### [Problem description]
Provide nothing except how many lines of the data contain the word "origin".

Source data
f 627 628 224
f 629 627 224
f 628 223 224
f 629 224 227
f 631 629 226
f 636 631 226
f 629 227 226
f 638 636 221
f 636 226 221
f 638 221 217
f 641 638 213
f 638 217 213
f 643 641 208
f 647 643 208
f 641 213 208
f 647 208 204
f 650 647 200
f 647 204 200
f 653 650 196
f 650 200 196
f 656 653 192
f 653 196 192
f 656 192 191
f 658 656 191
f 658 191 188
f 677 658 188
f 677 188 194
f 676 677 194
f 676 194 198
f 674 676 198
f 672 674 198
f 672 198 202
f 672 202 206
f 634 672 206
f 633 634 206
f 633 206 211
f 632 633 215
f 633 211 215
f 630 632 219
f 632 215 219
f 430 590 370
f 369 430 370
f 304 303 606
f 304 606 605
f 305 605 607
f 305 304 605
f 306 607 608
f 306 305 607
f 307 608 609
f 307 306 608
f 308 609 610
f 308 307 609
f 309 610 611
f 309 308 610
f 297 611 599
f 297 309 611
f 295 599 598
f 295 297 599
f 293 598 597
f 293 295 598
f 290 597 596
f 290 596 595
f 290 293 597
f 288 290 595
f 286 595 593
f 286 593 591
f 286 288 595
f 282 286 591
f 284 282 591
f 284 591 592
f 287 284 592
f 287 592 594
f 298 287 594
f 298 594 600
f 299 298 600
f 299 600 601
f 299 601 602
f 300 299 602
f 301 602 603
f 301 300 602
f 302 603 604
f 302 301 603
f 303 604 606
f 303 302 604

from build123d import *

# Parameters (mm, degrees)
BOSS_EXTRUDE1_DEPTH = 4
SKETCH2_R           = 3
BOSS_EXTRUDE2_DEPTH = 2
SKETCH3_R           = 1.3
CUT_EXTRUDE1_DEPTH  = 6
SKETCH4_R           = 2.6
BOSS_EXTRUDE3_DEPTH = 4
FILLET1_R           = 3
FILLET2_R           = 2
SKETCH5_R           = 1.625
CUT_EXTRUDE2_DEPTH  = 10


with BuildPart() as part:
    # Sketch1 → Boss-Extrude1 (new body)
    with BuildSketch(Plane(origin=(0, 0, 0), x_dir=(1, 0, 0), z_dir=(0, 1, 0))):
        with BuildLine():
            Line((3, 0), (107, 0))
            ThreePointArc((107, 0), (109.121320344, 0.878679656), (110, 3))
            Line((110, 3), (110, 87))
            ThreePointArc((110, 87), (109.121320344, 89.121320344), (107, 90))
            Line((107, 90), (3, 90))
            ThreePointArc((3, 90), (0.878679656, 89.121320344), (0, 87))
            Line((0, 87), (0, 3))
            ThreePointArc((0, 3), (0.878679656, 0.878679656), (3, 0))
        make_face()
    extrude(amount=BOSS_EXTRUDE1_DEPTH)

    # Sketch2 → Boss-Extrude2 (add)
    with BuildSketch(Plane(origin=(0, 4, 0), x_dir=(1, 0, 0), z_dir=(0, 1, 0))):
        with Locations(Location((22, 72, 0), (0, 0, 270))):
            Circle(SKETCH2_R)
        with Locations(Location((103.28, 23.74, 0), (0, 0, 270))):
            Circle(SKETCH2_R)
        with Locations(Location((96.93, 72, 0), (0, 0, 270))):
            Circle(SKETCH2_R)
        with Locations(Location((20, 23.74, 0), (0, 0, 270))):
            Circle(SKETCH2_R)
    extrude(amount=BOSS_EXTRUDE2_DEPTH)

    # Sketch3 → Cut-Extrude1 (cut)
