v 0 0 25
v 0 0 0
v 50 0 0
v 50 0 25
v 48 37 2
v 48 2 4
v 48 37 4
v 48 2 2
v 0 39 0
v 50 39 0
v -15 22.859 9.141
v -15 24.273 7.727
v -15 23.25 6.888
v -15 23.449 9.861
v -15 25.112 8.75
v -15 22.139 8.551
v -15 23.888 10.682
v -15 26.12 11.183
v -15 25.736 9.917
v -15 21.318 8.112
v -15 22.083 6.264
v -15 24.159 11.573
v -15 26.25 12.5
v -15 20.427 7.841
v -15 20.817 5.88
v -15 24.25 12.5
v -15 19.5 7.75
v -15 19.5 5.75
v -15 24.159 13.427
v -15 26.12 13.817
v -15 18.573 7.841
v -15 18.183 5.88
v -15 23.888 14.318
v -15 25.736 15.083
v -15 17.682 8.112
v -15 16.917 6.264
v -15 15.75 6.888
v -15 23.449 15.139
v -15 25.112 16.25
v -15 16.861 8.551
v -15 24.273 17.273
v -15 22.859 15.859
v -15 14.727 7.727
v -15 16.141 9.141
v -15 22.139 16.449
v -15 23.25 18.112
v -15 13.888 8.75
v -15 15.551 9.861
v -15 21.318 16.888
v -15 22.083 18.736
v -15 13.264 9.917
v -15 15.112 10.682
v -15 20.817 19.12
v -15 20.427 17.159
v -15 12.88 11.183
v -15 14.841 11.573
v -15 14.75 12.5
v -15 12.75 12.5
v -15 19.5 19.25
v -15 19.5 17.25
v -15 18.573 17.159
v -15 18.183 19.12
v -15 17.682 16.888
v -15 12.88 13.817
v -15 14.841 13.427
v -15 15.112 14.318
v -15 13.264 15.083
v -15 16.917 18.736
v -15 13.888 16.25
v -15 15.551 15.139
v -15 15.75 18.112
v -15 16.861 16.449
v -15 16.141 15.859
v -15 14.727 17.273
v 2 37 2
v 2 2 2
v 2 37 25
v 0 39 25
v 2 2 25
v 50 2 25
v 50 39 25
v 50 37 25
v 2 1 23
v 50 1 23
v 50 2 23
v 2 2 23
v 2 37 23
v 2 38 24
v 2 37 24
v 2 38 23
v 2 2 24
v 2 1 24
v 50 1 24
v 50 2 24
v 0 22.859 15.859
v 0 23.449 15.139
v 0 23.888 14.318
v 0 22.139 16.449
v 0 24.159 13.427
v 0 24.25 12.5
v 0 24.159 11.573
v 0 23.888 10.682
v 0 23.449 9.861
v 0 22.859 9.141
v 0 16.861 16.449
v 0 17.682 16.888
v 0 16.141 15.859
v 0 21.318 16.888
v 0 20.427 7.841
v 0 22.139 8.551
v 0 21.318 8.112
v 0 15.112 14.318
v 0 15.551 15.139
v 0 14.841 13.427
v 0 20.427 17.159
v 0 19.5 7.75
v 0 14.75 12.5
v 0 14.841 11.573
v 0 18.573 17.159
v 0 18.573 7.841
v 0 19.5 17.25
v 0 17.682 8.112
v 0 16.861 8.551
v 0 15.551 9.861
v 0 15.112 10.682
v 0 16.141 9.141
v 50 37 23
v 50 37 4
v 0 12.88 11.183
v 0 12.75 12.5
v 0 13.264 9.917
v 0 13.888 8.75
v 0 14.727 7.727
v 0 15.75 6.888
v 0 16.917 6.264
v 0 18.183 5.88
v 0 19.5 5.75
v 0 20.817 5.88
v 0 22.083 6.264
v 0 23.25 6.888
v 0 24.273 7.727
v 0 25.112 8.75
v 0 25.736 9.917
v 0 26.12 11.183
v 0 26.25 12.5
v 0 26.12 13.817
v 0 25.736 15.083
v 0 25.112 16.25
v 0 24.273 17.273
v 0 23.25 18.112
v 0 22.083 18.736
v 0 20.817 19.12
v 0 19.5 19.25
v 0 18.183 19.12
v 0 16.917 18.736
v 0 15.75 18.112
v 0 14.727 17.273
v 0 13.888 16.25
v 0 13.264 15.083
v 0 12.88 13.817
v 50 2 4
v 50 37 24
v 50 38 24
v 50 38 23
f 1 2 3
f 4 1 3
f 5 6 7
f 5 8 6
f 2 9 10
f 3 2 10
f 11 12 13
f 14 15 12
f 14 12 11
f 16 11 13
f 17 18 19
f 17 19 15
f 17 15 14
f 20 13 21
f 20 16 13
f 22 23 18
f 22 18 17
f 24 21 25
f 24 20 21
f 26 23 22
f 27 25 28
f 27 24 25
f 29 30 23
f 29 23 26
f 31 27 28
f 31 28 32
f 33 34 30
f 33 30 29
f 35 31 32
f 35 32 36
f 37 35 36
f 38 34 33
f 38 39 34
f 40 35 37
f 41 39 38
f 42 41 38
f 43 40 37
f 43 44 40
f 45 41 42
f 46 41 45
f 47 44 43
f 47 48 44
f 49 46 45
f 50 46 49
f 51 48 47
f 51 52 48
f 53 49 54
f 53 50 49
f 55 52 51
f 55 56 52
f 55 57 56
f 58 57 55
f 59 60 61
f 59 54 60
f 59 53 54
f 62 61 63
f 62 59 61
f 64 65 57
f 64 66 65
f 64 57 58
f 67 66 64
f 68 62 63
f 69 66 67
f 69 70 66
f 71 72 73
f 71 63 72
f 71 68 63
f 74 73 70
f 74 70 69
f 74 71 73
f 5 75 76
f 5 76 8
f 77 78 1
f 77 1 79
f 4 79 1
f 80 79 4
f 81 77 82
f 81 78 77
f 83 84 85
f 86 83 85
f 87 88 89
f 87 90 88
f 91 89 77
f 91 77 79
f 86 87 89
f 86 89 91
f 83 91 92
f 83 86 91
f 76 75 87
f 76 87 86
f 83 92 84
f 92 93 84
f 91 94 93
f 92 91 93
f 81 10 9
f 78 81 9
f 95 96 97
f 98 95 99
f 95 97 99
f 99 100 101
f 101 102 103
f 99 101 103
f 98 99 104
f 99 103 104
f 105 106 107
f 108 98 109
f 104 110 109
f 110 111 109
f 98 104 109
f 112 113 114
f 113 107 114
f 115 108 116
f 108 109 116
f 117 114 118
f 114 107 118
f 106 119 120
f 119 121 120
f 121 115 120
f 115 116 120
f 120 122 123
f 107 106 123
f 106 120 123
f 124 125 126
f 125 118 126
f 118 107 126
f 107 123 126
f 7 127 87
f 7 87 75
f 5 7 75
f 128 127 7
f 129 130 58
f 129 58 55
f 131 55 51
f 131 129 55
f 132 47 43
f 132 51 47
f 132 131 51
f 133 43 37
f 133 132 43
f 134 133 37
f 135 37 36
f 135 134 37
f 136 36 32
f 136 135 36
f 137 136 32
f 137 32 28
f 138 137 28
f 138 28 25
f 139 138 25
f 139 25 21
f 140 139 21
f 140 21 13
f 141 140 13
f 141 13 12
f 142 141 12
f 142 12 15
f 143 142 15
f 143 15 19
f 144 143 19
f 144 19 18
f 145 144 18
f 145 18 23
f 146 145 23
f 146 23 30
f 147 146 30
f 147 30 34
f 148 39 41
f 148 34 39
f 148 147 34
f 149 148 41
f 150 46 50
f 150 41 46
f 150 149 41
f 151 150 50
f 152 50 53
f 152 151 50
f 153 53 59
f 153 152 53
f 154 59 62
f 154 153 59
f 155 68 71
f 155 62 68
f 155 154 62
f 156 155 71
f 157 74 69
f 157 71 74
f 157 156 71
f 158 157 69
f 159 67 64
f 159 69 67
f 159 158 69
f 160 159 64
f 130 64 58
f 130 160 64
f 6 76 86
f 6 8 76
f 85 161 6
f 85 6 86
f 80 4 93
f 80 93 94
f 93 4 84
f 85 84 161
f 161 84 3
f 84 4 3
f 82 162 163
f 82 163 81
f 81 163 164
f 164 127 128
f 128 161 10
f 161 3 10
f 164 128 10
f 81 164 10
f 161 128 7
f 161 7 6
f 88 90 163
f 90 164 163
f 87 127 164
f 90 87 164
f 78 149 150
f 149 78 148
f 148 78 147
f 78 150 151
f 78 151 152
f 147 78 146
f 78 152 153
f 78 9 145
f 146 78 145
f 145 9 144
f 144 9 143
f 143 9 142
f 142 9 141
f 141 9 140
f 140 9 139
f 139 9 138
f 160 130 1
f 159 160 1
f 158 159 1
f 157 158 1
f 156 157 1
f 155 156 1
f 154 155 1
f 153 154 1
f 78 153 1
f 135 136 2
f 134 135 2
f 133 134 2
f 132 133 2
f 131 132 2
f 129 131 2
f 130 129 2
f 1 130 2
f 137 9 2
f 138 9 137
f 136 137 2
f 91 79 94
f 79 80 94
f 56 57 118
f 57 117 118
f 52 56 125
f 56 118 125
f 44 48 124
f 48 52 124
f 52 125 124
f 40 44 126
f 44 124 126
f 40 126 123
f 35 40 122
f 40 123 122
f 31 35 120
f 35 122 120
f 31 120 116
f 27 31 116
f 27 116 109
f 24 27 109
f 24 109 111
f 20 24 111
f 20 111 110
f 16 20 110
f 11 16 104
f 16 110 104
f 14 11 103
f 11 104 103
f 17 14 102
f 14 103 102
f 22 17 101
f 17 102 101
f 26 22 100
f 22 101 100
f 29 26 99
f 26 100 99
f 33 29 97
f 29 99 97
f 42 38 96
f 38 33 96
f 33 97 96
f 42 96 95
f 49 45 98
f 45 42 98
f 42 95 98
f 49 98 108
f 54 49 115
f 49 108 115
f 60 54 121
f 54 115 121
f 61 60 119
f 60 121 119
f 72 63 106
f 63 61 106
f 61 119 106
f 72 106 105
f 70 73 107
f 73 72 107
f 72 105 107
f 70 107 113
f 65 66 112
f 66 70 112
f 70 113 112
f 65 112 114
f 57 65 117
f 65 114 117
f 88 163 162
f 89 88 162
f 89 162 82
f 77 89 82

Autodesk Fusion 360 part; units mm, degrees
sketch "Sketch1" plane through (0, 0, 0) normal (0, 0, 1) x (1, 0, 0)
  line L0 (0, 0) -> (50, 0)
  line L1 (50, 0) -> (50, 39)
  line L2 (50, 39) -> (0, 39)
  line L3 (0, 39) -> (0, 0)
  line L4 (2, 2) -> (48, 2)
  line L5 (48, 2) -> (48, 37)
  line L6 (48, 37) -> (2, 37)
  line L7 (2, 37) -> (2, 2)
  dimension "d1" = 46
  dimension "d2" = 2
  dimension "d3" = 2
  dimension "d4" = 2
  dimension "d5" = 2
  dimension "d6" = 35
extrude "Extrude1" add sketch "Sketch1" along normal blind 2 contours L4 L5 L6 L7
extrude "Extrude2" add sketch "Sketch1" along normal blind 25
sketch "Sketch2" plane through (50, 0, 0) normal (1, 0, 0) x (0, 1, 0)
  line L0 (0, 0) -> (39, 0)
  line L1 (39, 0) -> (39, 25)
  line L2 (39, 25) -> (0, 25)
  line L3 (0, 25) -> (0, 0)
  line L4 (2, 25) -> (2, 24)
  line L5 (2, 24) -> (1, 24)
  line L6 (1, 24) -> (1, 23)
  line L7 (1, 23) -> (38, 23)
  line L8 (38, 23) -> (38, 24)
  line L9 (38, 24) -> (37, 24)
  line L10 (37, 24) -> (37, 25)
  line L11 (2, 23) -> (37, 23)
  line L12 (37, 23) -> (37, 4)
  line L13 (37, 4) -> (2, 4)
  line L14 (2, 4) -> (2, 23)
  dimension "d11" = 1
  dimension "d12" = 1
  dimension "d13" = 1
  dimension "d14" = 1
  dimension "d15" = 1
  dimension "d16" = 1
  dimension "d17" = 1
  dimension "d18" = 19
extrude "Extrude3" cut sketch "Sketch2" against normal up to surface (48 mm away) contours L2 L4 L5 L6 L7 L8 L9 L10 L11 | L7 L11 L12 L13 L14
sketch "Sketch3" plane through (0, 0, 0) normal (-1, 0, 0) x (0, -1, 0)
  line L0 (-39, 0) -> (0, 0)
  line L1 (0, 0) -> (0, 25)
  line L2 (0, 25) -> (-39, 25)
  line L3 (-39, 25) -> (-39, 0)
  circle A0 centre (-19.5, 12.5) radius 6.75
  circle A1 centre (-19.5, 12.5) radius 4.75
  point P0 (-19.5, 25)
  point P1 (0, 12.5)
  dimension "d21" = 2
  dimension "d22" = 9.5
extrude "Extrude4" add sketch "Sketch3" along normal blind 15 contours A0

### [Answer to the exercise]
2